Après 50 ans à prendre des tartes à la crème dans la figure et à tomber du tabouret, il est presque en voie d’extinction. Personnellement, cet ancien modèle, je n’en vois plus ! Tout s’était érodé, le savoir-faire comme le public. Du coup, même les grands noms du cirque (Roncalli, Althoff, Bouglione) se sont renouvelés : ils ont mis de belles lumières, ont confectionné de beaux spectacles… La figure du clown, elle, a alors été mise de côté. Heureusement, il a fait son chemin hors des pistes, à travers un cirque plus moderne, voire avant-gardiste. Dès lors, il y a autant de clowns que de voies artistiques et de publics.

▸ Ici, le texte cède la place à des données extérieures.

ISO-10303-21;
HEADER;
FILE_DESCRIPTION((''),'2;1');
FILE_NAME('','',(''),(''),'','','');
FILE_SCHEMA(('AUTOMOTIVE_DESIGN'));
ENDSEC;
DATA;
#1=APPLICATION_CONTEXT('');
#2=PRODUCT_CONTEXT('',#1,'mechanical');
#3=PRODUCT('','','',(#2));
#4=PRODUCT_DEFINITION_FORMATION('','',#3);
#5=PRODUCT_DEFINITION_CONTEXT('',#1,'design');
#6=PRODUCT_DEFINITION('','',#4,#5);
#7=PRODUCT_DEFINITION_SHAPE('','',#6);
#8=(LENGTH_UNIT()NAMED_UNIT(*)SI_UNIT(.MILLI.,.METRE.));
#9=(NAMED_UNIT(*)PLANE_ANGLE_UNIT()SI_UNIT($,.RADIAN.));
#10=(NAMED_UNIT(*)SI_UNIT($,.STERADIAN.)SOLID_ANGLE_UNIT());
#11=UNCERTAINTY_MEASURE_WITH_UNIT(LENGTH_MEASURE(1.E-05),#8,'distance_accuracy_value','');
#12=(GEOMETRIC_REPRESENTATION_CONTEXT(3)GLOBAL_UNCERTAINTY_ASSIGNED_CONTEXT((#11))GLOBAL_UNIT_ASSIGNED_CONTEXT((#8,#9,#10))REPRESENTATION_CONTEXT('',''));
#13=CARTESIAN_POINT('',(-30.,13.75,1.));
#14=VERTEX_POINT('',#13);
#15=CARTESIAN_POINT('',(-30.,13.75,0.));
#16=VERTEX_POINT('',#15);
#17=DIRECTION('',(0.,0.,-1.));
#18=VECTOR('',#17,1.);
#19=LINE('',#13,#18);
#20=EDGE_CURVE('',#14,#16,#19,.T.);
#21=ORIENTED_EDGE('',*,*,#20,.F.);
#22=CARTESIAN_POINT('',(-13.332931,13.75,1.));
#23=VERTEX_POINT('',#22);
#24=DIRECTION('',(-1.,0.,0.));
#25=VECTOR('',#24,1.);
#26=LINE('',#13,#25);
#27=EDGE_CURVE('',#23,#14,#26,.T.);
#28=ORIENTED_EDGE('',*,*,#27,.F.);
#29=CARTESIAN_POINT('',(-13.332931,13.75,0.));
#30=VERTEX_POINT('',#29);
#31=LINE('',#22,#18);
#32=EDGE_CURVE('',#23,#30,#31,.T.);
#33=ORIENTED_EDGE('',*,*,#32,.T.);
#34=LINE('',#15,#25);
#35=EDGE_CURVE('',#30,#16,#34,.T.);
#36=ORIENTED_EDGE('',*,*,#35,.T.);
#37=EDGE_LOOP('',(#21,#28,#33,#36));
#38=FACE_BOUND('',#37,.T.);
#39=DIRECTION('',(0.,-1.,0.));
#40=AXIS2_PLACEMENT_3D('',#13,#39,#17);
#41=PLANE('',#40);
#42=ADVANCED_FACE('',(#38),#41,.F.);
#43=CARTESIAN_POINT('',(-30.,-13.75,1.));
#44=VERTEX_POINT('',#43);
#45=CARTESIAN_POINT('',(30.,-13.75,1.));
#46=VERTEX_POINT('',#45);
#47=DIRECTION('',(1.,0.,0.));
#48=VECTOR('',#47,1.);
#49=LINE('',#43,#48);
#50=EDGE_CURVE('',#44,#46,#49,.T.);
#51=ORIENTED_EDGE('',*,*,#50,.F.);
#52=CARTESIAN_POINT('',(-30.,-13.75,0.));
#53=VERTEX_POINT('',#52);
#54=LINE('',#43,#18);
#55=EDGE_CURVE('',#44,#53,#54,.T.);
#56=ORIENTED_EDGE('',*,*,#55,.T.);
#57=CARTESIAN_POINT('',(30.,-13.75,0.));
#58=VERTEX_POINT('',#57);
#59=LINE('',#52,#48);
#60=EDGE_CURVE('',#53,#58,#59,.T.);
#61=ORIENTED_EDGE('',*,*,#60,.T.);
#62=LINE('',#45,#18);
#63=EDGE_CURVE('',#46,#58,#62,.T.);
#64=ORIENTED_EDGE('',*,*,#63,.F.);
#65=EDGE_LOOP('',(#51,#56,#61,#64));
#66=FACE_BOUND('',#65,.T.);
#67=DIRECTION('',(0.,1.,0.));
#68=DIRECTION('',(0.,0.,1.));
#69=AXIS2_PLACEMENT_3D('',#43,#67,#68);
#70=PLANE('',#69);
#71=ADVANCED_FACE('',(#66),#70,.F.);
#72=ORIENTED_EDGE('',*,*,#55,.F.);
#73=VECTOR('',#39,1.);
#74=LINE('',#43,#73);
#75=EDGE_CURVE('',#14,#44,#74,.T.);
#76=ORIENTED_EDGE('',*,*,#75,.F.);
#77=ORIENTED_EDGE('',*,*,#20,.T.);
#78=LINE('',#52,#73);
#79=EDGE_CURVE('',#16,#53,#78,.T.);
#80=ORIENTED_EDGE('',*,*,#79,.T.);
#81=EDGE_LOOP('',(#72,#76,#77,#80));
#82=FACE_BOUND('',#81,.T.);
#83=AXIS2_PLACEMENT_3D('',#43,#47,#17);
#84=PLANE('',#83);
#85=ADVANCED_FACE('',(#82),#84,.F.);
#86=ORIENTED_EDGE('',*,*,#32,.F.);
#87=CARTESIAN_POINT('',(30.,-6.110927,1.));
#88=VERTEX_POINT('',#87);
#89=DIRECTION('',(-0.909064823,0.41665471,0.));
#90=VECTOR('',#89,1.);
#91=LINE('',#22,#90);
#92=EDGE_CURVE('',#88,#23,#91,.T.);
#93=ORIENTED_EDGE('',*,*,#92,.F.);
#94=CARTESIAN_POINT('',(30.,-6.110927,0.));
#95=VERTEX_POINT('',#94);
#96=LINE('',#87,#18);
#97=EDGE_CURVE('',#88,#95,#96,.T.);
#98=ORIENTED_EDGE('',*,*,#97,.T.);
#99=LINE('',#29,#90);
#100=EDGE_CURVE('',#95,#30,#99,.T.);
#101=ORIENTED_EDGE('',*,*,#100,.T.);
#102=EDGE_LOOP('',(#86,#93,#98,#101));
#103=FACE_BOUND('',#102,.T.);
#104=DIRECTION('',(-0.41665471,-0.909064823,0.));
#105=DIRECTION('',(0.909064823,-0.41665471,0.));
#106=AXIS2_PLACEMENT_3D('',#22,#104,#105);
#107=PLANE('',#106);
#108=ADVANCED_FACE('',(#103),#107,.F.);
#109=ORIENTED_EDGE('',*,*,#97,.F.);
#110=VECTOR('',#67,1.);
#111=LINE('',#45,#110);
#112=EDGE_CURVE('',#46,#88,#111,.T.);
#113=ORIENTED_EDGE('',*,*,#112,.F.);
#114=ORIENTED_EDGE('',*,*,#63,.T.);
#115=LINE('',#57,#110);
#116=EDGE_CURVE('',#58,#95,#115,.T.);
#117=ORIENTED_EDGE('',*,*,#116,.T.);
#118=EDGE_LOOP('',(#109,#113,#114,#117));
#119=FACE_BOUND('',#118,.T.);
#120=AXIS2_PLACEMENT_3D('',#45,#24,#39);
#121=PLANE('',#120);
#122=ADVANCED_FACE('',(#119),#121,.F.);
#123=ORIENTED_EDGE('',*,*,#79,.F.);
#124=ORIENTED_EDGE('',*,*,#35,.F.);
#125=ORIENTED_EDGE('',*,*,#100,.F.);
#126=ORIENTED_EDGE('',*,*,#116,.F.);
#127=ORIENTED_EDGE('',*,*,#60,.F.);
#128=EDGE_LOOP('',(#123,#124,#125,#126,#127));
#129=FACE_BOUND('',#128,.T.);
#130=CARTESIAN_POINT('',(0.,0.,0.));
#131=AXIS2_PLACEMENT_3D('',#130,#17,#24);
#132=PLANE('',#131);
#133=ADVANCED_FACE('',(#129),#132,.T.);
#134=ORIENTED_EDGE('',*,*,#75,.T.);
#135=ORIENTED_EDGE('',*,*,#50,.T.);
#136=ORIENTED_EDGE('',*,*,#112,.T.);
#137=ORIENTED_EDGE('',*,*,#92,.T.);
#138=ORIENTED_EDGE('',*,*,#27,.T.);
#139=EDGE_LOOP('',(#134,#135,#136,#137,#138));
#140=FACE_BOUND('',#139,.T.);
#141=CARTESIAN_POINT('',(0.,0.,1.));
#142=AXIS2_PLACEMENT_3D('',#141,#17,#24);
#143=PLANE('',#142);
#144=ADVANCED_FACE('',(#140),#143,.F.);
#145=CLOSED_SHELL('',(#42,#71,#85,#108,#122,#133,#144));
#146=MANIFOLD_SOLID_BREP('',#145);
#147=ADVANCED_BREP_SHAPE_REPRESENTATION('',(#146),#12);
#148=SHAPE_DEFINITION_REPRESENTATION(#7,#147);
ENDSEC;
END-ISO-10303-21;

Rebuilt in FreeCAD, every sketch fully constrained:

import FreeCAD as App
import Part
import Sketcher

V = App.Vector
Q = App.Units.Quantity


def add_polygon(sketch, points):
    """Adds a closed chain of lines whose ends are joined by coincident constraints."""
    first, n = sketch.GeometryCount, len(points)
    for a, b in zip(points, points[1:] + points[:1]):
        sketch.addGeometry(Part.LineSegment(App.Vector(*a, 0), App.Vector(*b, 0)), False)
    for i in range(n):
        sketch.addConstraint(Sketcher.Constraint("Coincident", first + i, 2, first + (i + 1) % n, 1))

doc = App.newDocument("Part")
body = doc.addObject("PartDesign::Body", "Body")

# Sketch on XY plane
sketch1 = doc.addObject("Sketcher::SketchObject", "Sketch")
body.addObject(sketch1)
sketch1.AttachmentSupport = (doc.XY_Plane, [""])
sketch1.MapMode = "FlatFace"
add_polygon(sketch1, [(30, -6), (-13, 14), (-30, 14), (-30, -14), (30, -14)])  # lines 0-4
sketch1.addConstraint([
    Sketcher.Constraint("Horizontal", 1),
    Sketcher.Constraint("Vertical", 2),
    Sketcher.Constraint("Horizontal", 3),
    Sketcher.Constraint("Vertical", 4),
    Sketcher.Constraint("Symmetric", 1, 2, 3, 2, -1, 1),
    Sketcher.Constraint("DistanceX", 3, 1, 3, 2, Q("60 mm")),
    Sketcher.Constraint("DistanceY", 2, 2, 2, 1, Q("27.5 mm")),
    Sketcher.Constraint("DistanceX", 1, 2, 1, 1, Q("16.667069 mm")),
    Sketcher.Constraint("DistanceY", 4, 1, 4, 2, Q("7.639073 mm")),
])
pad1 = doc.addObject("PartDesign::Pad", "Pad")
body.addObject(pad1)
pad1.Profile = sketch1
pad1.Length = 1

doc.recompute()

Pour le grand public, on le retrouve surtout dans les goûters d’enfants, les hôpitaux, au cinéma et en promoteur de hamburgers… Est-ce une bonne chose ?

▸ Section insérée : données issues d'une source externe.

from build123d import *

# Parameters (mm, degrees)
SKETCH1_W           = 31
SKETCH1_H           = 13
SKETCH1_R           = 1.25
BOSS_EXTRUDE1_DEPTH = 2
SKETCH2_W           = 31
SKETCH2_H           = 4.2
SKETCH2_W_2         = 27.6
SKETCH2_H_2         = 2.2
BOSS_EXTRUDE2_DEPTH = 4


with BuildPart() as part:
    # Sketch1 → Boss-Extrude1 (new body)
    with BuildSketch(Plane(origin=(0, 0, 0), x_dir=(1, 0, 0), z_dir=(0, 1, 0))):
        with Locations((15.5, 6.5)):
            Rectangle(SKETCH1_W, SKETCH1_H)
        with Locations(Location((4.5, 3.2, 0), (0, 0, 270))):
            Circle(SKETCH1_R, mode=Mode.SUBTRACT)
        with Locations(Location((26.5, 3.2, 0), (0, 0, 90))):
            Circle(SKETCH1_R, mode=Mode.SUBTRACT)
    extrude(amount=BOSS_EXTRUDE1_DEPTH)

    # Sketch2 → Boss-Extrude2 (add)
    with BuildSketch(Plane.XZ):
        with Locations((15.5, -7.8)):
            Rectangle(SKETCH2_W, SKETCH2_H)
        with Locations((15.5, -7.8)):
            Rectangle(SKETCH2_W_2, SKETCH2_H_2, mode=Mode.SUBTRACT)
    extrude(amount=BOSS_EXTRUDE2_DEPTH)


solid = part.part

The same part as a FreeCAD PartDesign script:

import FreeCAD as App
import Part
import Sketcher

doc = App.newDocument("Part")
params = doc.addObject("Spreadsheet::Sheet", "Params")
for row, (alias, value) in enumerate([
    ("sketch1_diameter", "2.5 mm"),
    ("sketch1_width", "31 mm"),
    ("sketch1_height", "13 mm"),
    ("pad1_length", "2 mm"),
    ("sketch2_width", "31 mm"),
    ("sketch2_width2", "27.6 mm"),
    ("sketch2_height", "4.2 mm"),
    ("sketch2_height2", "2.2 mm"),
    ("pad2_length", "4 mm"),
], start=1):
    params.set(f"A{row}", alias)
    params.set(f"B{row}", "=" + value)
    params.setAlias(f"B{row}", alias)

body = doc.addObject("PartDesign::Body", "Body")

sketch1 = body.newObject("Sketcher::SketchObject", "Sketch")
sketch1.AttachmentSupport = (doc.getObject("XZ_Plane"), [""])
sketch1.MapMode = "FlatFace"
sketch1.addGeometry([
    Part.LineSegment(App.Vector(0, -13, 0), App.Vector(0, 0, 0)),
    Part.LineSegment(App.Vector(0, 0, 0), App.Vector(31, 0, 0)),
    Part.LineSegment(App.Vector(31, 0, 0), App.Vector(31, -13, 0)),
    Part.LineSegment(App.Vector(31, -13, 0), App.Vector(0, -13, 0)),
    Part.Circle(App.Vector(4.5, -3.2, 0), App.Vector(0, 0, 1), 1.2),
    Part.Circle(App.Vector(26.5, -3.2, 0), App.Vector(0, 0, 1), 1.2),
], False)
sketch1.addConstraint([
    Sketcher.Constraint("Coincident", 0, 2, 1, 1),
    Sketcher.Constraint("Coincident", 1, 2, 2, 1),
    Sketcher.Constraint("Coincident", 2, 2, 3, 1),
    Sketcher.Constraint("Coincident", 3, 2, 0, 1),
    Sketcher.Constraint("Vertical", 0),
    Sketcher.Constraint("Horizontal", 1),
    Sketcher.Constraint("Vertical", 2),
    Sketcher.Constraint("Horizontal", 3),
    Sketcher.Constraint("Coincident", 0, 2, -1, 1),
    Sketcher.Constraint("Equal", 4, 5),
    Sketcher.Constraint("Horizontal", 4, 3, 5, 3),
    Sketcher.Constraint("Diameter", 4, 2.5),
    Sketcher.Constraint("DistanceX", 1, 1, 1, 2, 31.0),
    Sketcher.Constraint("DistanceY", 0, 1, 0, 2, 13.0),
    Sketcher.Constraint("DistanceX", 4, 3, 5, 3, 22.0),
    Sketcher.Constraint("DistanceX", -1, 1, 4, 3, 4.5),
    Sketcher.Constraint("DistanceY", 4, 3, -1, 1, 3.2),
])
sketch1.setExpression("Constraints[11]", "Params.sketch1_diameter")
sketch1.setExpression("Constraints[12]", "Params.sketch1_width")
sketch1.setExpression("Constraints[13]", "Params.sketch1_height")
pad1 = body.newObject("PartDesign::Pad", "Pad")
pad1.Profile = sketch1
pad1.setExpression("Length", "Params.pad1_length")
pad1.Reversed = True

sketch2 = body.newObject("Sketcher::SketchObject", "Sketch001")
sketch2.AttachmentSupport = (doc.getObject("XZ_Plane"), [""])
sketch2.MapMode = "FlatFace"
sketch2.addGeometry([
    Part.LineSegment(App.Vector(0, -5.7, 0), App.Vector(0, -9.9, 0)),
    Part.LineSegment(App.Vector(0, -9.9, 0), App.Vector(31, -9.9, 0)),
    Part.LineSegment(App.Vector(31, -9.9, 0), App.Vector(31, -5.7, 0)),
    Part.LineSegment(App.Vector(31, -5.7, 0), App.Vector(0, -5.7, 0)),
    Part.LineSegment(App.Vector(29.3, -8.9, 0), App.Vector(1.7, -8.9, 0)),
    Part.LineSegment(App.Vector(1.7, -8.9, 0), App.Vector(1.7, -6.7, 0)),
    Part.LineSegment(App.Vector(1.7, -6.7, 0), App.Vector(29.3, -6.7, 0)),
    Part.LineSegment(App.Vector(29.3, -6.7, 0), App.Vector(29.3, -8.9, 0)),
], False)
sketch2.addConstraint([
    Sketcher.Constraint("Coincident", 0, 2, 1, 1),
    Sketcher.Constraint("Coincident", 1, 2, 2, 1),
    Sketcher.Constraint("Coincident", 2, 2, 3, 1),
    Sketcher.Constraint("Coincident", 3, 2, 0, 1),
    Sketcher.Constraint("Coincident", 4, 2, 5, 1),
    Sketcher.Constraint("Coincident", 5, 2, 6, 1),
    Sketcher.Constraint("Coincident", 6, 2, 7, 1),
    Sketcher.Constraint("Coincident", 7, 2, 4, 1),
    Sketcher.Constraint("Vertical", 0),
    Sketcher.Constraint("Horizontal", 1),
    Sketcher.Constraint("Vertical", 2),
    Sketcher.Constraint("Horizontal", 3),
    Sketcher.Constraint("Horizontal", 4),
    Sketcher.Constraint("Vertical", 5),
    Sketcher.Constraint("Horizontal", 6),
    Sketcher.Constraint("Vertical", 7),
    Sketcher.Constraint("PointOnObject", 0, 2, -2),
    Sketcher.Constraint("DistanceX", 1, 1, 1, 2, 31.0),
    Sketcher.Constraint("DistanceX", 4, 2, 4, 1, 27.6),
    Sketcher.Constraint("DistanceY", 0, 2, 0, 1, 4.2),
    Sketcher.Constraint("DistanceY", 5, 1, 5, 2, 2.2),
    Sketcher.Constraint("DistanceY", 0, 2, 4, 2, 1.0),
    Sketcher.Constraint("DistanceY", 0, 2, -1, 1, 9.9),
    Sketcher.Constraint("DistanceX", -1, 1, 4, 2, 1.7),
])
sketch2.setExpression("Constraints[17]", "Params.sketch2_width")
sketch2.setExpression("Constraints[18]", "Params.sketch2_width2")
sketch2.setExpression("Constraints[19]", "Params.sketch2_height")
sketch2.setExpression("Constraints[20]", "Params.sketch2_height2")
pad2 = body.newObject("PartDesign::Pad", "Pad001")
pad2.Profile = sketch2
pad2.setExpression("Length", "Params.pad2_length")

doc.recompute()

Le clown des fast-foods n’a aucun impact sur le monde culturel : on s’en fout ! Idem pour le cinéma : c’est secondaire, comme ce nouveau mot, la coulrophobie (NDLR : la peur du clown). Ça non plus, ça n’a pas accroché. C’est trop difficile à dire (elle rit). Il reste ceux des hôpitaux qui, pour le coup, ne doivent pas faire peur, sinon, ça serait contre-productif !
On vous sent moqueuse…
Non, le clown social, c’est merveilleux, même si ça n’a rien de nouveau. Déjà à l’époque, il allait dans les œuvres de charité, soutenait les jeunes combattants qui partaient en guerre. Dans les hôpitaux, « Patch » Adams fait ça depuis plus de 40 ans ! Désormais, le clown s’est infiltré dans beaucoup de branches de la société. Je regarde ça avec satisfaction, mais il ne faudrait pas qu’il devienne banal. Par essence, il ne l’est pas ! C’est un aventurier que ne devrait pas se plier aux structures, être récupéré. Mais il se laisse faire…
Malgré tous ses attributs, arriveriez-vous à le définir ?

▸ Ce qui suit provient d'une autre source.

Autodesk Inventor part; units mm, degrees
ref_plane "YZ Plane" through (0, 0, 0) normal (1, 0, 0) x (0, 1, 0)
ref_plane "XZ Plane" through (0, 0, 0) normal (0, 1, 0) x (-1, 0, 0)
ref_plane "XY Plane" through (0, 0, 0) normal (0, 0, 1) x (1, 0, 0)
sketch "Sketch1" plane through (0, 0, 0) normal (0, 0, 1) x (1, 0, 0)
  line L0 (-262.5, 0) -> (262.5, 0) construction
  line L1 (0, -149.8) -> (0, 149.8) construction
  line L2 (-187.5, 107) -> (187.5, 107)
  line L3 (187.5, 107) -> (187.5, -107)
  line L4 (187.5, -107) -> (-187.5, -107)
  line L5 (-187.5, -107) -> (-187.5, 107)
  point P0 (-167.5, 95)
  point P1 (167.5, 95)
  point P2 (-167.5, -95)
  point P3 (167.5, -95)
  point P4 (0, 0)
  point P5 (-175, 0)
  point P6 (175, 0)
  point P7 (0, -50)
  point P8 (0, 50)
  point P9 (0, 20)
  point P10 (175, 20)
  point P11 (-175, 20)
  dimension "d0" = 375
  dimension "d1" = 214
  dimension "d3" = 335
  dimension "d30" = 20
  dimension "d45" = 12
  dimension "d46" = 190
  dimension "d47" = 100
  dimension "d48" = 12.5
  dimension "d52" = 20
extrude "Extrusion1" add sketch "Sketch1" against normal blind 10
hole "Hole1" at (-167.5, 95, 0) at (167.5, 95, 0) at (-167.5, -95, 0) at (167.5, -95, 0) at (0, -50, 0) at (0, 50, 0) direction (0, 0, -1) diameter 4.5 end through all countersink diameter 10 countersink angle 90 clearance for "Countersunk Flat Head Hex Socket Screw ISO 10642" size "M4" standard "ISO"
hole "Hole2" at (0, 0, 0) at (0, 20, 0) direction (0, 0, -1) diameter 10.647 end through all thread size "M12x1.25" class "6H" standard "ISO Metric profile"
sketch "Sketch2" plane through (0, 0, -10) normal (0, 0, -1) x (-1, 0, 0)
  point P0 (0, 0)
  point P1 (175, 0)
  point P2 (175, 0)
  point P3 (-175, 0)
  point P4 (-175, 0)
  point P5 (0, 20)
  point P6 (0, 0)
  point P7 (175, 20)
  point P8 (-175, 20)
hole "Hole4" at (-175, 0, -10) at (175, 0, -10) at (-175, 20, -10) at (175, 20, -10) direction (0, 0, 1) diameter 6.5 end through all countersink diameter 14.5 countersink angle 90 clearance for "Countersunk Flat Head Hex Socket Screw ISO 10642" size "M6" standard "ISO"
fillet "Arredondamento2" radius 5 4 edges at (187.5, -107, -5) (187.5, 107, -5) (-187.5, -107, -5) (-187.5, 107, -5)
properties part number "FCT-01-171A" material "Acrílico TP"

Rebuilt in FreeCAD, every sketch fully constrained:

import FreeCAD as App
import Part
import Sketcher


def edges_at(feature, points):
    """Names of the edges that pass closest to the given points."""
    edges = feature.Shape.Edges
    near = lambda p: min(range(len(edges)), key=lambda i: edges[i].distToShape(Part.Vertex(*p))[0])
    return sorted({f"Edge{near(p) + 1}" for p in points})


def add_polygon(sketch, points):
    """Adds a closed chain of lines whose ends are joined by coincident constraints."""
    first, n = sketch.GeometryCount, len(points)
    for a, b in zip(points, points[1:] + points[:1]):
        sketch.addGeometry(Part.LineSegment(App.Vector(*a, 0), App.Vector(*b, 0)), False)
    for i in range(n):
        sketch.addConstraint(Sketcher.Constraint("Coincident", first + i, 2, first + (i + 1) % n, 1))

doc = App.newDocument("Part")
body = doc.addObject("PartDesign::Body", "Body")

sketch1 = doc.addObject("Sketcher::SketchObject", "Sketch")
body.addObject(sketch1)
sketch1.AttachmentSupport = (doc.XY_Plane, [""])
sketch1.MapMode = "FlatFace"
add_polygon(sketch1, [(188, 107), (-188, 107), (-188, -107), (188, -107)])
sketch1.addConstraint([
    Sketcher.Constraint("Horizontal", 0),
    Sketcher.Constraint("Vertical", 1),
    Sketcher.Constraint("Horizontal", 2),
    Sketcher.Constraint("Vertical", 3),
    Sketcher.Constraint("Symmetric", 0, 2, 2, 2, -1, 1),
    Sketcher.Constraint("DistanceX", 0, 2, 0, 1, 375.0),
    Sketcher.Constraint("DistanceY", 1, 2, 1, 1, 214.0),
])
pad1 = doc.addObject("PartDesign::Pad", "Pad")
body.addObject(pad1)
pad1.Profile = sketch1
pad1.Length = 10
pad1.Reversed = True

sketch2 = doc.addObject("Sketcher::SketchObject", "Sketch001")
body.addObject(sketch2)
sketch2.AttachmentSupport = (doc.XY_Plane, [""])
sketch2.MapMode = "FlatFace"
sketch2.addGeometry([
    Part.Circle(App.Vector(-167.5, 95, 0), App.Vector(0, 0, 1), 2.2),
    Part.Circle(App.Vector(167.5, 95, 0), App.Vector(0, 0, 1), 2.2),
    Part.Circle(App.Vector(-167.5, -95, 0), App.Vector(0, 0, 1), 2.2),
    Part.Circle(App.Vector(167.5, -95, 0), App.Vector(0, 0, 1), 2.2),
    Part.Circle(App.Vector(0, -50, 0), App.Vector(0, 0, 1), 2.2),
    Part.Circle(App.Vector(0, 50, 0), App.Vector(0, 0, 1), 2.2),
], False)
sketch2.addConstraint([
    Sketcher.Constraint("Equal", 0, 1),
    Sketcher.Constraint("Equal", 1, 2),
    Sketcher.Constraint("Equal", 2, 3),
    Sketcher.Constraint("Equal", 3, 4),
    Sketcher.Constraint("Equal", 4, 5),
    Sketcher.Constraint("Symmetric", 1, 3, 2, 3, -1, 1),
    Sketcher.Constraint("Symmetric", 0, 3, 3, 3, -1, 1),
    Sketcher.Constraint("Symmetric", 4, 3, 5, 3, -1, 1),
    Sketcher.Constraint("Symmetric", 0, 3, 1, 3, -2),
    Sketcher.Constraint("PointOnObject", 4, 3, -2),
    Sketcher.Constraint("Diameter", 0, 4.5),
    Sketcher.Constraint("DistanceY", -1, 1, 0, 3, 95.0),
    Sketcher.Constraint("DistanceY", 4, 3, -1, 1, 50.0),
    Sketcher.Constraint("DistanceX", 0, 3, 1, 3, 335.0),
])
doc.recompute()
hole = doc.addObject("PartDesign::Hole", "Hole")
body.addObject(hole)
hole.Profile = sketch2
hole.ThreadType = "None"
hole.Diameter = 4.5
hole.DepthType = "ThroughAll"
hole.HoleCutType = "Countersink"
hole.HoleCutDiameter = 10
hole.HoleCutCountersinkAngle = 90

sketch3 = doc.addObject("Sketcher::SketchObject", "Sketch002")
body.addObject(sketch3)
sketch3.AttachmentSupport = (doc.XY_Plane, [""])
sketch3.MapMode = "FlatFace"
sketch3.addGeometry([
    Part.Circle(App.Vector(0, 0, 0), App.Vector(0, 0, 1), 5),
    Part.Circle(App.Vector(0, 20, 0), App.Vector(0, 0, 1), 5),
], False)
sketch3.addConstraint([
    Sketcher.Constraint("Coincident", 0, 3, -1, 1),
    Sketcher.Constraint("Equal", 0, 1),
    Sketcher.Constraint("PointOnObject", 1, 3, -2),
    Sketcher.Constraint("Diameter", 0, 10.647),
    Sketcher.Constraint("DistanceY", -1, 1, 1, 3, 20.0),
])
doc.recompute()
hole2 = doc.addObject("PartDesign::Hole", "Hole001")
body.addObject(hole2)
hole2.Profile = sketch3
hole2.ThreadType = "None"
hole2.Diameter = 10.647
hole2.DepthType = "ThroughAll"

sketch4 = doc.addObject("Sketcher::SketchObject", "Sketch003")
body.addObject(sketch4)
sketch4.AttachmentSupport = (doc.XY_Plane, [""])
sketch4.MapMode = "FlatFace"
sketch4.AttachmentOffset = App.Placement(App.Vector(0, 0, -10), App.Rotation())
sketch4.addGeometry([
    Part.Circle(App.Vector(-175, 0, 0), App.Vector(0, 0, 1), 3.2),
    Part.Circle(App.Vector(175, 0, 0), App.Vector(0, 0, 1), 3.2),
    Part.Circle(App.Vector(-175, 20, 0), App.Vector(0, 0, 1), 3.2),
    Part.Circle(App.Vector(175, 20, 0), App.Vector(0, 0, 1), 3.2),
], False)
sketch4.addConstraint([
    Sketcher.Constraint("Equal", 0, 1),
    Sketcher.Constraint("Equal", 1, 2),
    Sketcher.Constraint("Equal", 2, 3),
    Sketcher.Constraint("Symmetric", 0, 3, 1, 3, -1, 1),
    Sketcher.Constraint("Symmetric", 2, 3, 3, 3, -2),
    Sketcher.Constraint("PointOnObject", 0, 3, -1),
    Sketcher.Constraint("Vertical", 0, 3, 2, 3),
    Sketcher.Constraint("Diameter", 0, 6.5),
    Sketcher.Constraint("DistanceX", 0, 3, -1, 1, 175.0),
    Sketcher.Constraint("DistanceY", -1, 1, 2, 3, 20.0),
])
doc.recompute()
hole3 = doc.addObject("PartDesign::Hole", "Hole002")
body.addObject(hole3)
hole3.Profile = sketch4
hole3.ThreadType = "None"
hole3.Diameter = 6.5
hole3.DepthType = "ThroughAll"
hole3.HoleCutType = "Countersink"
hole3.HoleCutDiameter = 14.5
hole3.HoleCutCountersinkAngle = 90
hole3.Reversed = True
doc.recompute()

fillet = doc.addObject("PartDesign::Fillet", "Fillet")
body.addObject(fillet)
fillet.Base = (hole3, edges_at(hole3, [
    (187.5, -107, -5),
    (187.5, 107, -5),
    (-187.5, -107, -5),
    (-187.5, 107, -5),
]))
fillet.Radius = 5

doc.recompute()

Le clown est le plus humain des humains. Avec lui, tout part du cœur. Dans ce sens, il est l’antithèse de n’importe quel homme politique ou de pouvoir. On dit souvent qu’il y a un clown en chacun des hommes. Pas du tout ! Certains en sont dépourvus et se retrouvent souvent dans des gouvernements… Artistiquement, c’est un être exotique qui, sur scène, cherche à changer quelque chose pour celui qui le regarde. C’est une vraie responsabilité, et pas qu’un simple plaisir personnel !
Vous parliez du clown que l’on a en soi. Qu’est-ce que ça signifie ?
Le clown parle à l’enfant en chacun d’entre nous. C’est son moteur ! Son lien avec le public tient uniquement à cela : une innocence partagée. La ou les personnes qu’il a en face de lui, c’est son seul interlocuteur, même s’ils sont 40 sur scène ! Si le dialogue s’interrompt, c’est foutu.
Et votre clown à vous, il dit quoi ?
Ça fait des années que j’essaye de m’en débarrasser ! (Elle rit) Il est gênant. Je cherche à le rendre adulte, mais ça ne marche pas… Mon père était comme ça : il faisait l’imbécile tout le temps. Pour lui, une journée sans rire était une journée perdue. C’était même devenu une nécessité. Si vous ne trouviez pas de bonnes blagues, vous étiez nuls !
Aujourd’hui, après l’épidémie et les confinements, on a l’impression justement que les gens renouent avec cette légèreté, cet amusement…
À force de communications indirectes par technologie interposée et d’intenses réflexions, on veut retrouver une l’impulsion, quelque chose d’épidermique, d’enfantin. Et, c’est vrai, avec l’épidémie, ça s’est amplifié. Sur scène, on se retrouve avec une bande de bébés devant soi. Mais ressaisissez-vous, voyons ! (Elle rit)
Finalement, quand on voit ce festival, et d’autres, on se dit que le clown a de l’avenir devant lui…
Oui, il y a de place pour tout le monde. Et on peut s’imaginer une tonne de choses. C’est un fait : les propositions se multiplient, cassent les barrières… J’ai œuvré pour ça, et cette multiplicité, c’est gratifiant. Mais, encore une fois, il faut le faire en conjonction avec le public. Sur scène, on peut être amoureux, joueur, blagueur, provocateur… Du moment que ça n’est pas fait dans l’indifférence, ça marche !
Et pour vous ?
Il y a quatre ans, on m’a dit que j’étais une extraterrestre. C’est le meilleur des compliments. À mon âge, je prends ! Le pire, c’est que ça n’a jamais été calculé. (Elle rit) Alors je continue naturellement. Il y a juste ma fille qui, de temps en temps, tempère mes envies folles. Elle me regarde, un brin désolée, et me dit : « alors ça, non ! ».